**How to complete this task:** Each record beneath this line should be returned exactly as it is.

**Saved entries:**
>>>
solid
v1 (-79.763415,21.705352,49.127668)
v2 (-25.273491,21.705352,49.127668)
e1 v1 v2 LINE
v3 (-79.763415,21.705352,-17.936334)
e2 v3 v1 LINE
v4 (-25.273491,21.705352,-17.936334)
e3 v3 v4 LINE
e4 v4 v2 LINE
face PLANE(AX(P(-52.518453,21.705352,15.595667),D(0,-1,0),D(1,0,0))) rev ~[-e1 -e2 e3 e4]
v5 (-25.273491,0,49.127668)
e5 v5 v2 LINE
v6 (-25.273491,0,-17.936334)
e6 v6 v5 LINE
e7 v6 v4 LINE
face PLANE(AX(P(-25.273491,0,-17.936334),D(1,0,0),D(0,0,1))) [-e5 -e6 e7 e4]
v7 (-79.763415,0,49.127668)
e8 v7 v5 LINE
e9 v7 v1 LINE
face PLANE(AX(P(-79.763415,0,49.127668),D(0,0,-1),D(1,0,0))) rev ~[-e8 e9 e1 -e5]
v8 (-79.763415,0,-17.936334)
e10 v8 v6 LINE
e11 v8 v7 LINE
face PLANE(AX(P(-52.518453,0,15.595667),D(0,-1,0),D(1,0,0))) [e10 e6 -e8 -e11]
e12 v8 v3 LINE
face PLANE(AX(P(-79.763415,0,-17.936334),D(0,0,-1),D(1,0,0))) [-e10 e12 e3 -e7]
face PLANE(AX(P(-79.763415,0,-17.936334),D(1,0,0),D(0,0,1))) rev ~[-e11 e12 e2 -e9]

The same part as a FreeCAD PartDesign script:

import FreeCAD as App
import Part
import Sketcher
from FreeCAD import Vector


def add_polygon(sketch, points):
    """Adds a closed chain of lines whose ends are joined by coincident constraints."""
    first, n = sketch.GeometryCount, len(points)
    for a, b in zip(points, points[1:] + points[:1]):
        sketch.addGeometry(Part.LineSegment(App.Vector(*a, 0), App.Vector(*b, 0)), False)
    for i in range(n):
        sketch.addConstraint(Sketcher.Constraint("Coincident", first + i, 2, first + (i + 1) % n, 1))

doc = App.newDocument("Part")
body = doc.addObject("PartDesign::Body", "Body")

# Sketch on XZ plane
sketch1 = body.newObject("Sketcher::SketchObject", "Sketch")
sketch1.AttachmentSupport = (doc.getObject("XZ_Plane"), [""])
sketch1.MapMode = "FlatFace"
add_polygon(sketch1, [(-80, 49), (-80, -18), (-25, -18), (-25, 49)])  # lines 0-3
sketch1.addConstraint([
    Sketcher.Constraint("Vertical", 0),
    Sketcher.Constraint("Horizontal", 1),
    Sketcher.Constraint("Vertical", 2),
    Sketcher.Constraint("Horizontal", 3),
    Sketcher.Constraint("DistanceX", 1, 1, 1, 2, 54.489925),
    Sketcher.Constraint("DistanceY", 0, 2, 0, 1, 67.064002),
    Sketcher.Constraint("DistanceX", 1, 2, -1, 1, 25.273491),
    Sketcher.Constraint("DistanceY", 0, 2, -1, 1, 17.936334),
])
pad1 = body.newObject("PartDesign::Pad", "Pad")
pad1.Profile = sketch1
pad1.Length = 21.705352
pad1.Reversed = True

doc.recompute()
<<<
**Completed exercise:**
solid
v1 (-79.763415,21.705352,49.127668)
v2 (-25.273491,21.705352,49.127668)
e1 v1 v2 LINE
v3 (-79.763415,21.705352,-17.936334)
e2 v3 v1 LINE
v4 (-25.273491,21.705352,-17.936334)
e3 v3 v4 LINE
e4 v4 v2 LINE
face PLANE(AX(P(-52.518453,21.705352,15.595667),D(0,-1,0),D(1,0,0))) rev ~[-e1 -e2 e3 e4]
v5 (-25.273491,0,49.127668)
e5 v5 v2 LINE
v6 (-25.273491,0,-17.936334)
e6 v6 v5 LINE
e7 v6 v4 LINE
face PLANE(AX(P(-25.273491,0,-17.936334),D(1,0,0),D(0,0,1))) [-e5 -e6 e7 e4]
v7 (-79.763415,0,49.127668)
e8 v7 v5 LINE
e9 v7 v1 LINE
face PLANE(AX(P(-79.763415,0,49.127668),D(0,0,-1),D(1,0,0))) rev ~[-e8 e9 e1 -e5]
v8 (-79.763415,0,-17.936334)
e10 v8 v6 LINE
e11 v8 v7 LINE
face PLANE(AX(P(-52.518453,0,15.595667),D(0,-1,0),D(1,0,0))) [e10 e6 -e8 -e11]
e12 v8 v3 LINE
face PLANE(AX(P(-79.763415,0,-17.936334),D(0,0,-1),D(1,0,0))) [-e10 e12 e3 -e7]
face PLANE(AX(P(-79.763415,0,-17.936334),D(1,0,0),D(0,0,1))) rev ~[-e11 e12 e2 -e9]

The same part as a FreeCAD PartDesign script:

import FreeCAD as App
import Part
import Sketcher
from FreeCAD import Vector


def add_polygon(sketch, points):
    """Adds a closed chain of lines whose ends are joined by coincident constraints."""
    first, n = sketch.GeometryCount, len(points)
    for a, b in zip(points, points[1:] + points[:1]):
        sketch.addGeometry(Part.LineSegment(App.Vector(*a, 0), App.Vector(*b, 0)), False)
    for i in range(n):
        sketch.addConstraint(Sketcher.Constraint("Coincident", first + i, 2, first + (i + 1) % n, 1))

doc = App.newDocument("Part")
body = doc.addObject("PartDesign::Body", "Body")

# Sketch on XZ plane
sketch1 = body.newObject("Sketcher::SketchObject", "Sketch")
sketch1.AttachmentSupport = (doc.getObject("XZ_Plane"), [""])
sketch1.MapMode = "FlatFace"
add_polygon(sketch1, [(-80, 49), (-80, -18), (-25, -18), (-25, 49)])  # lines 0-3
sketch1.addConstraint([
    Sketcher.Constraint("Vertical", 0),
    Sketcher.Constraint("Horizontal", 1),
    Sketcher.Constraint("Vertical", 2),
    Sketcher.Constraint("Horizontal", 3),
    Sketcher.Constraint("DistanceX", 1, 1, 1, 2, 54.489925),
    Sketcher.Constraint("DistanceY", 0, 2, 0, 1, 67.064002),
    Sketcher.Constraint("DistanceX", 1, 2, -1, 1, 25.273491),
    Sketcher.Constraint("DistanceY", 0, 2, -1, 1, 17.936334),
])
pad1 = body.newObject("PartDesign::Pad", "Pad")
pad1.Profile = sketch1
pad1.Length = 21.705352
pad1.Reversed = True

doc.recompute()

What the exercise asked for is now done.